We express no opinion as to any provision contained in or otherwise made a part of the securities described herein (i) providing for rights of indemnity or contribution, (ii) purporting to waive (or having the effect of waiving) any rights under the Constitution or laws of the United States of America or any state, (iii) providing for, or having the effect of, releasing any person prospectively from liability for its own wrongful or negligent acts, or breach of such documents and instruments, (iv) specifying the jurisdiction the laws of which shall be applicable thereto or specifying or limiting the jurisdictions before the courts of which cases relating to the securities may be brought, (v) restricting access to legal or equitable remedies, (vi) providing that the failure to exercise any right, remedy or option under the securities shall not operate as a waiver thereof, (vii) to the effect that amendments, waivers and modifications to the securities may only be made in writing, (viii) purporting to establish any evidentiary standard, (ix) granting any power of attorney, or (x) purporting to waive or otherwise affect any right to receive notice.
This opinion is limited to the laws of the State of New York, the laws of the State of Nevada (as to matters covered by the opinion of Woodburn and Wedge, referred to below) and the federal laws of the United States of America. Insofar as this opinion relates to matters of law and legal conclusions governed by the laws of the State of Nevada, we base it on the opinion of Woodburn and Wedge of Reno, Nevada, as evidenced by the opinion of such firm to be filed concurrently herewith.

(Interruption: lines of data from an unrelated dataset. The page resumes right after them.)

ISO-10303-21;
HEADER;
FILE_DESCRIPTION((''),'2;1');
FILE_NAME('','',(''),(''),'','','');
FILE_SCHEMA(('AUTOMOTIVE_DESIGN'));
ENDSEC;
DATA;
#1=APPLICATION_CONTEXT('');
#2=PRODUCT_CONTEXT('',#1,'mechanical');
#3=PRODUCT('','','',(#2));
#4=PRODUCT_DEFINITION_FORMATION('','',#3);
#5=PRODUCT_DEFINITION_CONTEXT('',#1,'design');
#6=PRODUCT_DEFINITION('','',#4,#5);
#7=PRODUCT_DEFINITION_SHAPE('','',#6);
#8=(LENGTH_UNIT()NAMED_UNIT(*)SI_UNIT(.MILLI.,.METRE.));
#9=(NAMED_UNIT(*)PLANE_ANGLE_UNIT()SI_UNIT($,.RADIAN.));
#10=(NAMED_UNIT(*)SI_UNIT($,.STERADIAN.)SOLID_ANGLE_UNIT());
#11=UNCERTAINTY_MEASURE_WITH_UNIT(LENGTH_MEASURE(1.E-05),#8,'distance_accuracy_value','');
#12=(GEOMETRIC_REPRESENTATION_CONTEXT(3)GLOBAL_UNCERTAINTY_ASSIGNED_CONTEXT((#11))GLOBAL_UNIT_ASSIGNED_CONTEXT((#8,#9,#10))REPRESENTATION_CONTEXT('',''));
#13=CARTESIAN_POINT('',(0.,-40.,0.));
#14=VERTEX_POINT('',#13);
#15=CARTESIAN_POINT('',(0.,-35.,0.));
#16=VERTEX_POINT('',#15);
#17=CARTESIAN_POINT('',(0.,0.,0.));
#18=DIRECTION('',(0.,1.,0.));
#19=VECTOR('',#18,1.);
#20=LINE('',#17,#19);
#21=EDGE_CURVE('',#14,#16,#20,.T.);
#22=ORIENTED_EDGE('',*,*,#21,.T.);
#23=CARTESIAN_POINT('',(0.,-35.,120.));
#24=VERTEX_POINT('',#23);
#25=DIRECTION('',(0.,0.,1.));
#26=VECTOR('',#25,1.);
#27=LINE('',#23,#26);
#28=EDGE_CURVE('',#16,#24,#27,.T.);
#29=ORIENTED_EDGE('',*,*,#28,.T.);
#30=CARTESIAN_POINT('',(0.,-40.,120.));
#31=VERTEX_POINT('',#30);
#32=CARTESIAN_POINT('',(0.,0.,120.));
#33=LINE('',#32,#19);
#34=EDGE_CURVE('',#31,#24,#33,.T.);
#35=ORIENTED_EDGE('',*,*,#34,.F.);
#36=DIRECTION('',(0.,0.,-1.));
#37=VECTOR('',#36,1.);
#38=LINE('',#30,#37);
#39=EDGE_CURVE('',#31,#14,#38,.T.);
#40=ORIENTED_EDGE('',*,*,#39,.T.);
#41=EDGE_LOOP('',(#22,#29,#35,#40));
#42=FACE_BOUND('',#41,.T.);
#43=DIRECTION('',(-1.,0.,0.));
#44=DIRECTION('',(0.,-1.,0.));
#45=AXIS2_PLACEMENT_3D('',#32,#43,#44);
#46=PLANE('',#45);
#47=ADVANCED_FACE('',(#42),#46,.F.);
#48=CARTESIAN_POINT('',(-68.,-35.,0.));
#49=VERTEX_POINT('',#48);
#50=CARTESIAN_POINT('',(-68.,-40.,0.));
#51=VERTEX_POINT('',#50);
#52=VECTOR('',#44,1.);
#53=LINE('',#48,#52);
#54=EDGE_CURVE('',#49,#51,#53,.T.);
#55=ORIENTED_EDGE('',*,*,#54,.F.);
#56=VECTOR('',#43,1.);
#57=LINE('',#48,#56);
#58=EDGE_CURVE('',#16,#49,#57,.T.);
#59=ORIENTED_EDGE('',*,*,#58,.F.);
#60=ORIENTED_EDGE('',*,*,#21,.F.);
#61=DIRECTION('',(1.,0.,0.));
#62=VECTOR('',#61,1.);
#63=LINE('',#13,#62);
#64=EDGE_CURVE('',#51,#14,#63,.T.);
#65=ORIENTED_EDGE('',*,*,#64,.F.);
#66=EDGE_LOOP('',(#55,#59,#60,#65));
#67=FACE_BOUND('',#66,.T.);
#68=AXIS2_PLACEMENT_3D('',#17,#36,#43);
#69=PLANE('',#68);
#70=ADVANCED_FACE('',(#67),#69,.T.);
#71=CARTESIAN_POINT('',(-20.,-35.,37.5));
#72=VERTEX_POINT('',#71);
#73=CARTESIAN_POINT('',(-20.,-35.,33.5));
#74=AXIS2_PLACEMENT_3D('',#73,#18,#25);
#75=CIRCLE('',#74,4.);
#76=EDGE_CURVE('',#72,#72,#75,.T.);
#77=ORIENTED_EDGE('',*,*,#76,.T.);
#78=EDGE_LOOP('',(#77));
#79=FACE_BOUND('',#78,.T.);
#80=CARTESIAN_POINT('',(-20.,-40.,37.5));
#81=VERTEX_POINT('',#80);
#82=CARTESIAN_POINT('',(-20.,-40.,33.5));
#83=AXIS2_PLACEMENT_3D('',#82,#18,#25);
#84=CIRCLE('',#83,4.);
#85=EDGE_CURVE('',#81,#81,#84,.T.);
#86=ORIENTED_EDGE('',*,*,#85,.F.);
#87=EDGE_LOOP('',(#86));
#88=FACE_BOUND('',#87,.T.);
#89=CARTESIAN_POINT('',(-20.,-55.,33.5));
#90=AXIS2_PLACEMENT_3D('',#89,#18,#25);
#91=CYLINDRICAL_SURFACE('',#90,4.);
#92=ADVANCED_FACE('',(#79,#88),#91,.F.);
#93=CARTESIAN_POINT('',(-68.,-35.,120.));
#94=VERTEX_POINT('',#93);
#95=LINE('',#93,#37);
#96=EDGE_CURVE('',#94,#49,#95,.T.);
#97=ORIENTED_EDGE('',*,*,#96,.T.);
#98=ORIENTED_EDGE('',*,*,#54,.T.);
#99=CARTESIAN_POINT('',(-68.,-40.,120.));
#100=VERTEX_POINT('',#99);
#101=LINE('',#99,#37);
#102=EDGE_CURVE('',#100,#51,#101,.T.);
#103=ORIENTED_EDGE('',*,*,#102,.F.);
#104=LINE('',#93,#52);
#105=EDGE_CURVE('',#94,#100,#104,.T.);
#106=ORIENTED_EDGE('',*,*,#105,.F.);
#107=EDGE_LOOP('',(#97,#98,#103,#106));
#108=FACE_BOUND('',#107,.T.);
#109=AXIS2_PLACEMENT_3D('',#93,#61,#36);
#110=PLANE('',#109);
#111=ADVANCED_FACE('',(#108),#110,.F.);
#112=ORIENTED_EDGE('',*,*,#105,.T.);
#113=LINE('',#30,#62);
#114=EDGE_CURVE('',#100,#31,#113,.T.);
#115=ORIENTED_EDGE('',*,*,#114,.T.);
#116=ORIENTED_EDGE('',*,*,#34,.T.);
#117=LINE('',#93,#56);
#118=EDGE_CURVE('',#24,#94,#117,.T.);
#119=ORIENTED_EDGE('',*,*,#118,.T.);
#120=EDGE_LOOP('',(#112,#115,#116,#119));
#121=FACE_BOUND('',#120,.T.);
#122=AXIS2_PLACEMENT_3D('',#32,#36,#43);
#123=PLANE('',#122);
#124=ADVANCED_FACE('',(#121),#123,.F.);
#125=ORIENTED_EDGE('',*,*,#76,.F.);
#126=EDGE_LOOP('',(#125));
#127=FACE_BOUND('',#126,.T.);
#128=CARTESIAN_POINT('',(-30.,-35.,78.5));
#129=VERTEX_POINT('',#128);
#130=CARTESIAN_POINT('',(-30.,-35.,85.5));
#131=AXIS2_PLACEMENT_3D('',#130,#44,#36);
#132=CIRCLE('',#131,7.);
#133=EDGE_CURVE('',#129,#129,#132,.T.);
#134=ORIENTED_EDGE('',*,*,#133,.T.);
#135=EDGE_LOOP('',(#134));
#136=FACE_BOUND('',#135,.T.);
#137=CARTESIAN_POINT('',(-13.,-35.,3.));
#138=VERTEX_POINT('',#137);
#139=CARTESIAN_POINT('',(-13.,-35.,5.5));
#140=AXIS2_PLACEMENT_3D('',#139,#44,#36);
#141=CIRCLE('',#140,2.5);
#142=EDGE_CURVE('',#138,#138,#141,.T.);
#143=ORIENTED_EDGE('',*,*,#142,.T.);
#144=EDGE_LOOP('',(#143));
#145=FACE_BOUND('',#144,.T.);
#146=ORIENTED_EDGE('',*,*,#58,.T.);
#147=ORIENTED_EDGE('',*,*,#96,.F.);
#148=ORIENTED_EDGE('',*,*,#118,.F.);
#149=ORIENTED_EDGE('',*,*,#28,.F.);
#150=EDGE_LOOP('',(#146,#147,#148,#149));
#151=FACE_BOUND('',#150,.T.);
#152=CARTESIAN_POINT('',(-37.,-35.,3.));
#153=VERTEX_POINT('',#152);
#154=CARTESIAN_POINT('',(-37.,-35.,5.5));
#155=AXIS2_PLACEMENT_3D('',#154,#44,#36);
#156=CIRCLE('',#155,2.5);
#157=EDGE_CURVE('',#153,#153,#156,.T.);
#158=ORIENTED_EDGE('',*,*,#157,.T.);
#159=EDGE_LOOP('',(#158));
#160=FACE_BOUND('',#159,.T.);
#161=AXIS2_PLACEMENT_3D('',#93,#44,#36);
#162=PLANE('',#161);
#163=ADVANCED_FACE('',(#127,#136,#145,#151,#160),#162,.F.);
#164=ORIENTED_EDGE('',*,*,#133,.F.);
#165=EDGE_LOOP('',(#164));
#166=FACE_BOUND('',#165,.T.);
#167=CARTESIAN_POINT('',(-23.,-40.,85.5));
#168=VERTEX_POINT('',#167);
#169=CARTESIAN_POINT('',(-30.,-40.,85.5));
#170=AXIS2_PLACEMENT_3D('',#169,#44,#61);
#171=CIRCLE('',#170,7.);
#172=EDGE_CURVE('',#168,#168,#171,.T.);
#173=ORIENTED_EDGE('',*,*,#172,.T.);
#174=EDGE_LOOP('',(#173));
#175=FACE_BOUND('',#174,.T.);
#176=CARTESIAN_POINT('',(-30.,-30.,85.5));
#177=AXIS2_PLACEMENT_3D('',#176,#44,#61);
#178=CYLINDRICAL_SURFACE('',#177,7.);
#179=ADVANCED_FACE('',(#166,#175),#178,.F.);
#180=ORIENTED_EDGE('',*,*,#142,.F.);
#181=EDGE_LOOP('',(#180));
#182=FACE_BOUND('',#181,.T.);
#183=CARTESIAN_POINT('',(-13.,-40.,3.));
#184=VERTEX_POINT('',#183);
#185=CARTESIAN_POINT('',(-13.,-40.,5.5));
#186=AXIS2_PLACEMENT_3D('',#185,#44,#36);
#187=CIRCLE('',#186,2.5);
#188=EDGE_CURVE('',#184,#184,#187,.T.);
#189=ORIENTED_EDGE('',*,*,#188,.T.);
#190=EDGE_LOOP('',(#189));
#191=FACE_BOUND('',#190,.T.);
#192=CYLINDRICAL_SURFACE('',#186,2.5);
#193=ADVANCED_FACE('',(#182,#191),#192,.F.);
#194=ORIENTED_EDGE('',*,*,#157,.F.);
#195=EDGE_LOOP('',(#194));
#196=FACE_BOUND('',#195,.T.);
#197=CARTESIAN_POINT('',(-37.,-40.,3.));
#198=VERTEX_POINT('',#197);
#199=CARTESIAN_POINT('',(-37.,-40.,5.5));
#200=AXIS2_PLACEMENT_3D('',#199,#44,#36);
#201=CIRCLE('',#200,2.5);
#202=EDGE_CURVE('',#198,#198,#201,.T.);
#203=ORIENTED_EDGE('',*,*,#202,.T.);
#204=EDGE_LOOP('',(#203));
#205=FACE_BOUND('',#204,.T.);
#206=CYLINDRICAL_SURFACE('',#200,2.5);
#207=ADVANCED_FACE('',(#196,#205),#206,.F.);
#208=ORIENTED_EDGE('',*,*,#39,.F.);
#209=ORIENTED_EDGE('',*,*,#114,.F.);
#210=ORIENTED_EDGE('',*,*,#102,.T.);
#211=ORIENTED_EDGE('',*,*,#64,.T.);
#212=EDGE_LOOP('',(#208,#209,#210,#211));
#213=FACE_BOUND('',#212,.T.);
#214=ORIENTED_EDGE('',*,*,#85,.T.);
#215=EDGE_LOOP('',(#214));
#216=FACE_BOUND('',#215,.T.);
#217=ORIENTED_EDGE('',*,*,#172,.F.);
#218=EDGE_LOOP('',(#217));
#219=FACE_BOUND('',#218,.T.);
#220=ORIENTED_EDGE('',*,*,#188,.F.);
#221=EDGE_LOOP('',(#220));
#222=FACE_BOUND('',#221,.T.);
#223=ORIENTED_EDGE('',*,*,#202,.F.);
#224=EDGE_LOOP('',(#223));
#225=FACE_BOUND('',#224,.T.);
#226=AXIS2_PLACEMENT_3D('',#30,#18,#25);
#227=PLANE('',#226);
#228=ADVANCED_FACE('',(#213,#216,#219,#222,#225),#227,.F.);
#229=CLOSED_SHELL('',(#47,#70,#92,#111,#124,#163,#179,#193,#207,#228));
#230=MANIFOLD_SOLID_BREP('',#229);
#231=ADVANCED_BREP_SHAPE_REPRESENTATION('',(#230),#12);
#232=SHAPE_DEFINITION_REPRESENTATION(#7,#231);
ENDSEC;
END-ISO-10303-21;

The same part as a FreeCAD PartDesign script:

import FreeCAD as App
import Part
import Sketcher

V = App.Vector
Q = App.Units.Quantity

doc = App.newDocument("Part")
body = doc.addObject("PartDesign::Body", "Body")

# Sketch on XY plane
sketch1 = body.newObject("Sketcher::SketchObject", "Sketch")
sketch1.AttachmentSupport = (doc.getObject("XY_Plane"), [""])
sketch1.MapMode = "FlatFace"
sketch1.addGeometry([
    Part.LineSegment(V(0, -40, 0), V(0, 0, 0)),  # 0
    Part.LineSegment(V(0, 0, 0), V(-5, 0, 0)),  # 1
    Part.LineSegment(V(-5, 0, 0), V(-5, -35, 0)),  # 2
    Part.LineSegment(V(-5, -35, 0), V(-68, -35, 0)),  # 3
    Part.LineSegment(V(-68, -35, 0), V(-68, -40, 0)),  # 4
    Part.LineSegment(V(-68, -40, 0), V(0, -40, 0)),  # 5
], False)
sketch1.addConstraint([
    Sketcher.Constraint("Coincident", 0, 2, 1, 1),
    Sketcher.Constraint("Coincident", 1, 2, 2, 1),
    Sketcher.Constraint("Coincident", 2, 2, 3, 1),
    Sketcher.Constraint("Coincident", 3, 2, 4, 1),
    Sketcher.Constraint("Coincident", 4, 2, 5, 1),
    Sketcher.Constraint("Coincident", 5, 2, 0, 1),
    Sketcher.Constraint("Vertical", 0),
    Sketcher.Constraint("Horizontal", 1),
    Sketcher.Constraint("Vertical", 2),
    Sketcher.Constraint("Horizontal", 3),
    Sketcher.Constraint("Vertical", 4),
    Sketcher.Constraint("Horizontal", 5),
    Sketcher.Constraint("Coincident", 0, 2, -1, 1),
    Sketcher.Constraint("Equal", 1, 4),
    Sketcher.Constraint("DistanceX", 1, 2, 1, 1, Q("5 mm")),
    Sketcher.Constraint("DistanceX", 3, 2, 3, 1, Q("63 mm")),
    Sketcher.Constraint("DistanceY", 0, 1, 0, 2, Q("40 mm")),
])
pad1 = body.newObject("PartDesign::Pad", "Pad")
pad1.Profile = sketch1
pad1.Length = 120

# Sketch on YZ plane
sketch2 = body.newObject("Sketcher::SketchObject", "Sketch001")
sketch2.AttachmentSupport = (doc.getObject("YZ_Plane"), [""])
sketch2.MapMode = "FlatFace"
sketch2.AttachmentOffset = App.Placement(V(0, 0, -5), App.Rotation())
sketch2.addGeometry([
    Part.LineSegment(V(0, 0, 0), V(-35, 0, 0)),  # 0
    Part.LineSegment(V(-35, 0, 0), V(-35, 45, 0)),  # 1
    Part.LineSegment(V(-35, 45, 0), V(0, 45, 0)),  # 2
    Part.LineSegment(V(0, 45, 0), V(0, 0, 0)),  # 3
    Part.LineSegment(V(0, 75, 0), V(-35, 75, 0)),  # 4
    Part.LineSegment(V(-35, 75, 0), V(-35, 120, 0)),  # 5
    Part.LineSegment(V(-35, 120, 0), V(0, 120, 0)),  # 6
    Part.LineSegment(V(0, 120, 0), V(0, 75, 0)),  # 7
], False)
sketch2.addConstraint([
    Sketcher.Constraint("Coincident", 0, 2, 1, 1),
    Sketcher.Constraint("Coincident", 1, 2, 2, 1),
    Sketcher.Constraint("Coincident", 2, 2, 3, 1),
    Sketcher.Constraint("Coincident", 3, 2, 0, 1),
    Sketcher.Constraint("Coincident", 4, 2, 5, 1),
    Sketcher.Constraint("Coincident", 5, 2, 6, 1),
    Sketcher.Constraint("Coincident", 6, 2, 7, 1),
    Sketcher.Constraint("Coincident", 7, 2, 4, 1),
    Sketcher.Constraint("Horizontal", 0),
    Sketcher.Constraint("Vertical", 1),
    Sketcher.Constraint("Horizontal", 2),
    Sketcher.Constraint("Vertical", 3),
    Sketcher.Constraint("Horizontal", 4),
    Sketcher.Constraint("Vertical", 5),
    Sketcher.Constraint("Horizontal", 6),
    Sketcher.Constraint("Vertical", 7),
    Sketcher.Constraint("Coincident", 3, 2, -1, 1),
    Sketcher.Constraint("PointOnObject", 6, 2, -2),
    Sketcher.Constraint("Vertical", 1, 2, 4, 2),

We hereby consent to the filing of this opinion letter as an exhibit to the Registration Statement and to all references to us included in or made a part of the Registration Statement. In giving the foregoing consent, we do not hereby admit that we come within the category of persons whose consent is required under Section 7 of the Securities Act or the rules and regulations of the SEC thereunder. This opinion may not be relied upon by you for any other purpose without our prior written consent.